You can also traverse the HNSW with a single model with the following script. Again this is useful for submitting individual traversal jobs to an HPC.

python ../hnsw/traverse_hnsw_chemprop.py --model_folder models/random/12000/0 --hnsw_path hnsw_out/hnsw_index --sql_path hnsw_out/node_info.db --n_to_score 100000

For example, this script will traverse 100,000 nodes of the HNSW using just the first replicate of the random sampling dataset of 12,000 molecules.

Required inputs:
--model_folder is the individual folder containing the chemprop model used for traversal
--hnsw_path is the path to the HNSW index
--sql_path is the path to the SQLite database mapping nodes to SMILES
--n_to_score is the number of molecules to score during the HNSW traversal\

Optional inputs:
--device is the device to load the chemprop model to. Defaults to cpu
--redis_port is the port to use for the redis database which is used for traversal. Defaults to 6379

Getting the best scoring nodes

python ../hnsw/get_best_node_keys.py --sql_path hnsw_out/node_info.db --fraction_for_best 0.0001

This script will find which nodes in the HNSW correspond to the best 0.01% scoring molecules.

Required inputs:
--sql_path is the path to the SQLite database mapping nodes to SMILES
--fraction_for_best is the fraction of the nodes in the HNSW to consider as the "best-scoring". Ex. 0.0001 means that the top 0.01% scoring nodes are the "best-scoring"

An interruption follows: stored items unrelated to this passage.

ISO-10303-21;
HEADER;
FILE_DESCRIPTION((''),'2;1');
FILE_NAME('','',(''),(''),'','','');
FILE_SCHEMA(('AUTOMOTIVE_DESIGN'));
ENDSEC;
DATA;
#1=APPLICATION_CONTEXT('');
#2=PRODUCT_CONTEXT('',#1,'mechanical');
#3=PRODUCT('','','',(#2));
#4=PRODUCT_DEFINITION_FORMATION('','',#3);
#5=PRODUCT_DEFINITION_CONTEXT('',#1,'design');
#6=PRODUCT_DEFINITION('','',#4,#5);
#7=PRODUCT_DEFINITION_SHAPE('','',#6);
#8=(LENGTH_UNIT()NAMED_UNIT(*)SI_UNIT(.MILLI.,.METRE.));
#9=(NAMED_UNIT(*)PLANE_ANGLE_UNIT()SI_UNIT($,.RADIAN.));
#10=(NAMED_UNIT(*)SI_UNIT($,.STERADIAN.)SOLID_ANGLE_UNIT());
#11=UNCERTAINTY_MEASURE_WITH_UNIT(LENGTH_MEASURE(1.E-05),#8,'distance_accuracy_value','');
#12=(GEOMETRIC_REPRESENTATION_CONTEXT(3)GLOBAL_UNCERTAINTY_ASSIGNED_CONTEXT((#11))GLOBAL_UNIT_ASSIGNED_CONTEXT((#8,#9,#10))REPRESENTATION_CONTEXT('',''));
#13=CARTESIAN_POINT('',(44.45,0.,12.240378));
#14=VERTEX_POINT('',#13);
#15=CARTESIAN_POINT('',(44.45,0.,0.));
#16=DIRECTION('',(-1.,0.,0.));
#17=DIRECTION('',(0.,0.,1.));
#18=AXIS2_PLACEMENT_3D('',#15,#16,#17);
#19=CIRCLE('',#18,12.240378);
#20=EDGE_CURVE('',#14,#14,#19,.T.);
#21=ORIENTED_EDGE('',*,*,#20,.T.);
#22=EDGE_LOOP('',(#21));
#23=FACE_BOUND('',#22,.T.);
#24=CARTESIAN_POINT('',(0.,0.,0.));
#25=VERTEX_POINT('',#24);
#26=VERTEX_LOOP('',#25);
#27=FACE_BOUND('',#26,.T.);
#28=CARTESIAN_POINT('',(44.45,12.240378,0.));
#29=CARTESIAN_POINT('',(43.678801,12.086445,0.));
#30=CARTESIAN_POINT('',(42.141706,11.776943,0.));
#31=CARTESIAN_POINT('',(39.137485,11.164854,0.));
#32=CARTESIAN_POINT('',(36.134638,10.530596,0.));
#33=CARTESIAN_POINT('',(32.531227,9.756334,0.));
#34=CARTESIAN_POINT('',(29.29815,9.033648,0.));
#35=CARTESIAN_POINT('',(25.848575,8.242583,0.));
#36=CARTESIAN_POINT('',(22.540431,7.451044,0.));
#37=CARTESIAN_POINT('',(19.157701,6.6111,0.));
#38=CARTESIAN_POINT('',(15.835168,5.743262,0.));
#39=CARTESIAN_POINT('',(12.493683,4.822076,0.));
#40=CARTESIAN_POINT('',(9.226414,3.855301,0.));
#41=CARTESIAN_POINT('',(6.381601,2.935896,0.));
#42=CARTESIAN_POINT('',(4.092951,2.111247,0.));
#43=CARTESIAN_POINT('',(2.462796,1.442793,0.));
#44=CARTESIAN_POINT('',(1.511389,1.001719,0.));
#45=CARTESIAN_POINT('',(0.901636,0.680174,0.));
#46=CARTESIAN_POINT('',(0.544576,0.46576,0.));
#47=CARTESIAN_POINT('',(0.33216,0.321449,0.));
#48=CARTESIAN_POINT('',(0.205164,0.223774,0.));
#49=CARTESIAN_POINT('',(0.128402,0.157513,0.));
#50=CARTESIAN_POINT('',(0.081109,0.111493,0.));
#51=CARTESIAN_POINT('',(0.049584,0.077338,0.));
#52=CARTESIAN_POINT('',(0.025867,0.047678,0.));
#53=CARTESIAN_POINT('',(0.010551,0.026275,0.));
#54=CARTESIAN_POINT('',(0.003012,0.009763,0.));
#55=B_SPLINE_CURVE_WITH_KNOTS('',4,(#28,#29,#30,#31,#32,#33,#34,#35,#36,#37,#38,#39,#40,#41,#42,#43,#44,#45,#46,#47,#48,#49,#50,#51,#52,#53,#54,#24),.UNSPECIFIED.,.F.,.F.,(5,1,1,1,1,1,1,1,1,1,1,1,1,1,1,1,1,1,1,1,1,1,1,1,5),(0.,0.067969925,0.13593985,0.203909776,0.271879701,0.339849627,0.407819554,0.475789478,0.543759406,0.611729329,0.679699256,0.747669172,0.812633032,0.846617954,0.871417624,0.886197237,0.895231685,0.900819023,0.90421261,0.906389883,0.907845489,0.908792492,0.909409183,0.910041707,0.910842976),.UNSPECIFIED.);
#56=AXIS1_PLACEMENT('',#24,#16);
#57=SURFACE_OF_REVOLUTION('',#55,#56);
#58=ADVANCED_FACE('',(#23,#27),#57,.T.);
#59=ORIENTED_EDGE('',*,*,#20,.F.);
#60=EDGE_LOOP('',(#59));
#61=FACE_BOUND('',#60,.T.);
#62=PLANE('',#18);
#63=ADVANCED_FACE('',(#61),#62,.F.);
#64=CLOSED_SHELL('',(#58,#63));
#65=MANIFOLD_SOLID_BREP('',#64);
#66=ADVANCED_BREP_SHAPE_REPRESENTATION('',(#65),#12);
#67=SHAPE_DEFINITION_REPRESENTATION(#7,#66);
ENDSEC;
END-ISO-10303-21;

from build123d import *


with BuildPart() as part:
    # Sketch1 → Revolve1 (revolve)
    with BuildSketch(Plane.XY):
        with BuildLine():
            Line((0, 0), (44.45, 0))
            Line((44.45, 0), (44.45, 12.240378041))
            add(Edge.make_bspline(
                [(0, 0), (0.003011993, 0.009762905), (0.010551133, 0.02627483), (0.02586653, 0.047678002), (0.049584294, 0.077338244), (0.081109462, 0.111493124), (0.128401712, 0.157512982), (0.205163795, 0.22377356), (0.332159509, 0.321448772), (0.544576149, 0.465759826), (0.901635526, 0.680174208), (1.511388987, 1.001718774), (2.462796137, 1.442793313), (4.09295059, 2.111247407), (6.381601098, 2.935896342), (9.2264135, 3.855300667), (12.493682634, 4.822076041), (15.835168377, 5.74326247), (19.15770136, 6.611100284), (22.540430849, 7.451044456), (25.848575151, 8.242583042), (29.298149728, 9.033648457), (32.531227192, 9.756334274), (36.13463826, 10.530595732), (39.137485197, 11.164854423), (42.141706029, 11.776943106), (43.678800664, 12.086444553), (44.45, 12.240378041)],
                knots=[0, 0, 0, 0, 0, 0.000801269, 0.001433793, 0.002050484, 0.002997487, 0.004453093, 0.006630366, 0.010023953, 0.015611291, 0.024645739, 0.039425352, 0.064225022, 0.098209944, 0.163173804, 0.23114372, 0.299113647, 0.36708357, 0.435053499, 0.503023422, 0.570993349, 0.638963275, 0.7069332, 0.774903126, 0.842873051, 0.910842976, 0.910842976, 0.910842976, 0.910842976, 0.910842976], degree=4))
        make_face()
    revolve(axis=Axis((0, 0, 0), (1, 0, 0)))


solid = part.part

Getting HNSW traversal enrichment of the best scoring nodes

python ../hnsw/get_traversal_enrichment.py --top_node_path hnsw_out/best_nodes --model_folders models/ --dock_traversal hnsw_out/hnsw_traversal

This script will generate the enrichment plots of the best scoring nodes during HNSW traversal for each of the chemprop traversals as well as the DOCK score traversal. The output will be in each models folder as hnsw_enrichment_plot.png as well as hnsw_enrichment_plot_data.pkl which contains a tuple of the x,y coordinates of the plot.

Required inputs:
--top_node_path is the path to the best nodes from the last step.
--model_folders is the outermost folder that contains all of the sampled data (the output folder from the train/validation sampling step)

Optional inputs:
--dock_traversal is the path to the HNSW traversal performed with the docking scoring function.
--enrichment_save_frequency defaults to 100. It is the frequency with which to save the coordinates of the enrichment curve to reduce the number of coordinates for plotting.